(PROVIDED DATA)

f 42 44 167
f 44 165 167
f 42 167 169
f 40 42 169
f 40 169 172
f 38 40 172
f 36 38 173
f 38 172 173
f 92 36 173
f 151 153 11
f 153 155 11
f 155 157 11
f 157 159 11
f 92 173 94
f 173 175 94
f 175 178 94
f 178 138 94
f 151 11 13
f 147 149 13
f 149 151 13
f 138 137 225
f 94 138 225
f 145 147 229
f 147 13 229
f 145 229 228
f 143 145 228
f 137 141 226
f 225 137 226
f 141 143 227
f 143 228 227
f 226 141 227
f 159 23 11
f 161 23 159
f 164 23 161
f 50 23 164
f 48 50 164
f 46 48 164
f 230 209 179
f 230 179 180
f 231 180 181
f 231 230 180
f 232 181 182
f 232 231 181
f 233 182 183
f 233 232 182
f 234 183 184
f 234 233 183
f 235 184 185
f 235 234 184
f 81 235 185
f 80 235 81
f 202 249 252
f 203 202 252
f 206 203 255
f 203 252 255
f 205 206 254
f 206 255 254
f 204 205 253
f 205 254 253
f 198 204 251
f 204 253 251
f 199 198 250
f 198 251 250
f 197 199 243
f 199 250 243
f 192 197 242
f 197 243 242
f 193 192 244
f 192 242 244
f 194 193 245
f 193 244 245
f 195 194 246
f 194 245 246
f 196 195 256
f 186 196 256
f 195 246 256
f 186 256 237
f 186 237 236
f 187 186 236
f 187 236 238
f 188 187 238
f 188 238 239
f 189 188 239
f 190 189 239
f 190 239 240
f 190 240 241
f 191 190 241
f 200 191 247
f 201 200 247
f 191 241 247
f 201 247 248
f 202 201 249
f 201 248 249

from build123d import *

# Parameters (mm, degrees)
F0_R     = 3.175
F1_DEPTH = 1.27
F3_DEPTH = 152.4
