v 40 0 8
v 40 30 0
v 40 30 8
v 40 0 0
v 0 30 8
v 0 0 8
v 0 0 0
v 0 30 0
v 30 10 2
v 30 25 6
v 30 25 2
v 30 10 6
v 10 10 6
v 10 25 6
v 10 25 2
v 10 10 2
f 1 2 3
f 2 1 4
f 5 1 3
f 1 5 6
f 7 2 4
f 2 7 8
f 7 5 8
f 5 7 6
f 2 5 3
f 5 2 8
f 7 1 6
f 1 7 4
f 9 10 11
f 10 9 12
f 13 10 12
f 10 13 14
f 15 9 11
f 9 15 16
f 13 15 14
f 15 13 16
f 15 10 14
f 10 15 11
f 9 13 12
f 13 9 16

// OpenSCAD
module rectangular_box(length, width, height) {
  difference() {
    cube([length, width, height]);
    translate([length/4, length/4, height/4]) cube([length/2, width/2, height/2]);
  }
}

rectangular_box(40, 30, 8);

(End PROVIDED DATA)
(PROVIDED DATA)

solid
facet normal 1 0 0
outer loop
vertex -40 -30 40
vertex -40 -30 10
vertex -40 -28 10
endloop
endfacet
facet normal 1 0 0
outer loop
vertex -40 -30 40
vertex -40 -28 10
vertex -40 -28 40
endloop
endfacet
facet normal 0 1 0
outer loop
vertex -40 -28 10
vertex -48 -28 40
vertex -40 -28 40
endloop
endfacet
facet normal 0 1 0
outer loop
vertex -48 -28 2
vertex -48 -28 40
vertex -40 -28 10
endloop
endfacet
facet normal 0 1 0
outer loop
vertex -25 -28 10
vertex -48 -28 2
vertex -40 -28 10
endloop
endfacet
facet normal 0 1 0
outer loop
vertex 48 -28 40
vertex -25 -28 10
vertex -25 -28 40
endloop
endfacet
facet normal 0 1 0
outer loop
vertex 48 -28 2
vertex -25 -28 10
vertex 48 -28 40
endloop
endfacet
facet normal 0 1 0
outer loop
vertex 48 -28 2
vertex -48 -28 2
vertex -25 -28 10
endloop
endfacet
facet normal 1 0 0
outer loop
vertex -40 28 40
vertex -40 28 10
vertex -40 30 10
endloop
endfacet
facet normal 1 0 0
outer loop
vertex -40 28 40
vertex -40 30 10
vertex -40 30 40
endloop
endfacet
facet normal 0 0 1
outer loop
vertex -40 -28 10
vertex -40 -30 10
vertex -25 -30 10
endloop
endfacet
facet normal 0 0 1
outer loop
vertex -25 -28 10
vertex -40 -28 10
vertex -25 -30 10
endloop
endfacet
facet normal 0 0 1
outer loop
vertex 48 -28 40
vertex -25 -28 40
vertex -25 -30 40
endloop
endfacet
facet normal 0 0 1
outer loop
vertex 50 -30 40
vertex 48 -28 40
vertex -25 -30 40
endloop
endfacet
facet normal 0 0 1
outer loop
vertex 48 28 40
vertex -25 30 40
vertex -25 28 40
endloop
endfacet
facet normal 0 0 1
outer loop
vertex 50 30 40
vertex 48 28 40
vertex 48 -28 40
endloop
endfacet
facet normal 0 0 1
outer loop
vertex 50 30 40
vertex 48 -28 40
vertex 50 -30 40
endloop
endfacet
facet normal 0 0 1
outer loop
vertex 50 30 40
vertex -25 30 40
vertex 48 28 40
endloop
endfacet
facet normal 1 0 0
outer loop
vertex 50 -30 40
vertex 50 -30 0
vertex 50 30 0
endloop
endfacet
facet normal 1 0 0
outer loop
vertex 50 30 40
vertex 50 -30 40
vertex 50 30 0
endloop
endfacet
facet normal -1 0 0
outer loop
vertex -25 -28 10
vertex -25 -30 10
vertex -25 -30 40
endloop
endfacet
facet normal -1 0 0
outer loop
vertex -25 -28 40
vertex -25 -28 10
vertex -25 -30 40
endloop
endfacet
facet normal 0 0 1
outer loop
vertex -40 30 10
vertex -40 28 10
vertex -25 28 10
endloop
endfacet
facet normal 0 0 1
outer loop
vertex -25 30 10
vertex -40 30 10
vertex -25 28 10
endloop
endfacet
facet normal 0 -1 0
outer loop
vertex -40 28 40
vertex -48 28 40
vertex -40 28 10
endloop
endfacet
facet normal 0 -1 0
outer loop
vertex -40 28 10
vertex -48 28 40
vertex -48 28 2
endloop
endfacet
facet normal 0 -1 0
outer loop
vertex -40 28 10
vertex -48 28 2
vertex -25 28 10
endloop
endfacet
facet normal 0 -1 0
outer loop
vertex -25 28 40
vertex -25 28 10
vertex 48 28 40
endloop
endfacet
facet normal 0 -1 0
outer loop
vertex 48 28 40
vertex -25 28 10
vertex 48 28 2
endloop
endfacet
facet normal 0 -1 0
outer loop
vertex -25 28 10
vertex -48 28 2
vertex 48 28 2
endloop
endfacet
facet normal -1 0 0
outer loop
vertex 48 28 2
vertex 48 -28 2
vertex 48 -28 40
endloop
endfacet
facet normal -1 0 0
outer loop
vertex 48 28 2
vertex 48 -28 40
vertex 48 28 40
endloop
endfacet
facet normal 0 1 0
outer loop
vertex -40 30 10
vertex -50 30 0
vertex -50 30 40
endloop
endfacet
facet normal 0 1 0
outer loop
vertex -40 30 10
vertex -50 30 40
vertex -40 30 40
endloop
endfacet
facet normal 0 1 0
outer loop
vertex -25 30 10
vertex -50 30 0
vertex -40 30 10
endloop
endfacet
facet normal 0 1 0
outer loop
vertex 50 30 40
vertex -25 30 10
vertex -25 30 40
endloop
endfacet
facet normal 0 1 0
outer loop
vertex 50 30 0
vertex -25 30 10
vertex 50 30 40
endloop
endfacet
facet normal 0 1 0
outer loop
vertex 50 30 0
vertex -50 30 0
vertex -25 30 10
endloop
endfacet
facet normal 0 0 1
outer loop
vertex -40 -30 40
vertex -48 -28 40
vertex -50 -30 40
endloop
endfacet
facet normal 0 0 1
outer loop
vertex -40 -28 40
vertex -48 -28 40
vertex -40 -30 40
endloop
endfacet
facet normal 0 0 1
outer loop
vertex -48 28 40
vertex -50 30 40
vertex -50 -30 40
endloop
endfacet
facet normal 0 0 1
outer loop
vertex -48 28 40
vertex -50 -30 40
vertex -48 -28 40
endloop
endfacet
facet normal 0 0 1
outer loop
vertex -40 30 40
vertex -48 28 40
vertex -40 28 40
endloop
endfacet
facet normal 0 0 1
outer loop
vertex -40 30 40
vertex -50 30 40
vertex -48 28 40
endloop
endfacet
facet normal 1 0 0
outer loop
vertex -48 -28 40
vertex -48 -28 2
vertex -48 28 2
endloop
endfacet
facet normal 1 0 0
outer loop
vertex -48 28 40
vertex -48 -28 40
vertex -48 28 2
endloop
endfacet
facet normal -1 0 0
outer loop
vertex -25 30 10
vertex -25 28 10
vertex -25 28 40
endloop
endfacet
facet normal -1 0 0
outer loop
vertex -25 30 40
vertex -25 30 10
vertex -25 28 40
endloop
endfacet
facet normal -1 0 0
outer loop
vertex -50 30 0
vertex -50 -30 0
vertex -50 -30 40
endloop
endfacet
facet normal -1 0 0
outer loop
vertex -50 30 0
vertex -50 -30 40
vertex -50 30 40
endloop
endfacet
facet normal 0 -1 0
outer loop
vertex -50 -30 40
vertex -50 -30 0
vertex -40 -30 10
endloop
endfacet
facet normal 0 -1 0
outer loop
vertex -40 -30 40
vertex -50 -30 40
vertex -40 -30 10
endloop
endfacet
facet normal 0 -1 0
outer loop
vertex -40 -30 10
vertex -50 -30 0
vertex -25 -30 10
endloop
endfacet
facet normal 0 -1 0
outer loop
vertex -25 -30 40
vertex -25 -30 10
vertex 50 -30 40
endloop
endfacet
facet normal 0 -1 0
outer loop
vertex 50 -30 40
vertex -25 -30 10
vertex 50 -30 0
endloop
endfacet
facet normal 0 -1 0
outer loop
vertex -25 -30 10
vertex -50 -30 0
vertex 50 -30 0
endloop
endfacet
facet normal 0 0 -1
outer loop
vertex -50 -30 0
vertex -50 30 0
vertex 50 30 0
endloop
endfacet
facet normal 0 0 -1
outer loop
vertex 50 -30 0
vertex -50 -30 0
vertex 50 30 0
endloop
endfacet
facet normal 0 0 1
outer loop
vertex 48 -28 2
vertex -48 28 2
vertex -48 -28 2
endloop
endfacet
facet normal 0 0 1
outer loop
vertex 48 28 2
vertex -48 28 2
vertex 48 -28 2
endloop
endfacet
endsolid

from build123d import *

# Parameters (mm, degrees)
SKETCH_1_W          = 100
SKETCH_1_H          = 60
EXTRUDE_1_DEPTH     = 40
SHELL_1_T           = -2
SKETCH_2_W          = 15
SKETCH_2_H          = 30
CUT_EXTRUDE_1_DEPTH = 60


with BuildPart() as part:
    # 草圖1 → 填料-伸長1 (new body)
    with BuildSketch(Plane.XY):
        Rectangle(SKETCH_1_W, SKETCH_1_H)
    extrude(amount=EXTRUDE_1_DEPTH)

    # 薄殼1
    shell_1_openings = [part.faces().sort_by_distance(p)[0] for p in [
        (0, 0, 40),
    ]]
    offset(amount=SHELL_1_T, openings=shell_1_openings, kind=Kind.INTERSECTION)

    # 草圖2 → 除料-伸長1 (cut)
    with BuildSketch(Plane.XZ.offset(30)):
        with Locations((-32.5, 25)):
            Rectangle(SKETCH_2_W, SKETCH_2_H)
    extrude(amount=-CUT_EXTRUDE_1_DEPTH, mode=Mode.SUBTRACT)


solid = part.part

(End PROVIDED DATA)

§ THE TASK
Give back precisely the lines above that start at the line containing "f 138 137 225" and end at the line containing "f 186 196 256", inclusive. No other lines belong in the output.

§ OUTPUT BELOW
f 138 137 225
f 94 138 225
f 145 147 229
f 147 13 229
f 145 229 228
f 143 145 228
f 137 141 226
f 225 137 226
f 141 143 227
f 143 228 227
f 226 141 227
f 159 23 11
f 161 23 159
f 164 23 161
f 50 23 164
f 48 50 164
f 46 48 164
f 230 209 179
f 230 179 180
f 231 180 181
f 231 230 180
f 232 181 182
f 232 231 181
f 233 182 183
f 233 232 182
f 234 183 184
f 234 233 183
f 235 184 185
f 235 234 184
f 81 235 185
f 80 235 81
f 202 249 252
f 203 202 252
f 206 203 255
f 203 252 255
f 205 206 254
f 206 255 254
f 204 205 253
f 205 254 253
f 198 204 251
f 204 253 251
f 199 198 250
f 198 251 250
f 197 199 243
f 199 250 243
f 192 197 242
f 197 243 242
f 193 192 244
f 192 242 244
f 194 193 245
f 193 244 245
f 195 194 246
f 194 245 246
f 196 195 256
f 186 196 256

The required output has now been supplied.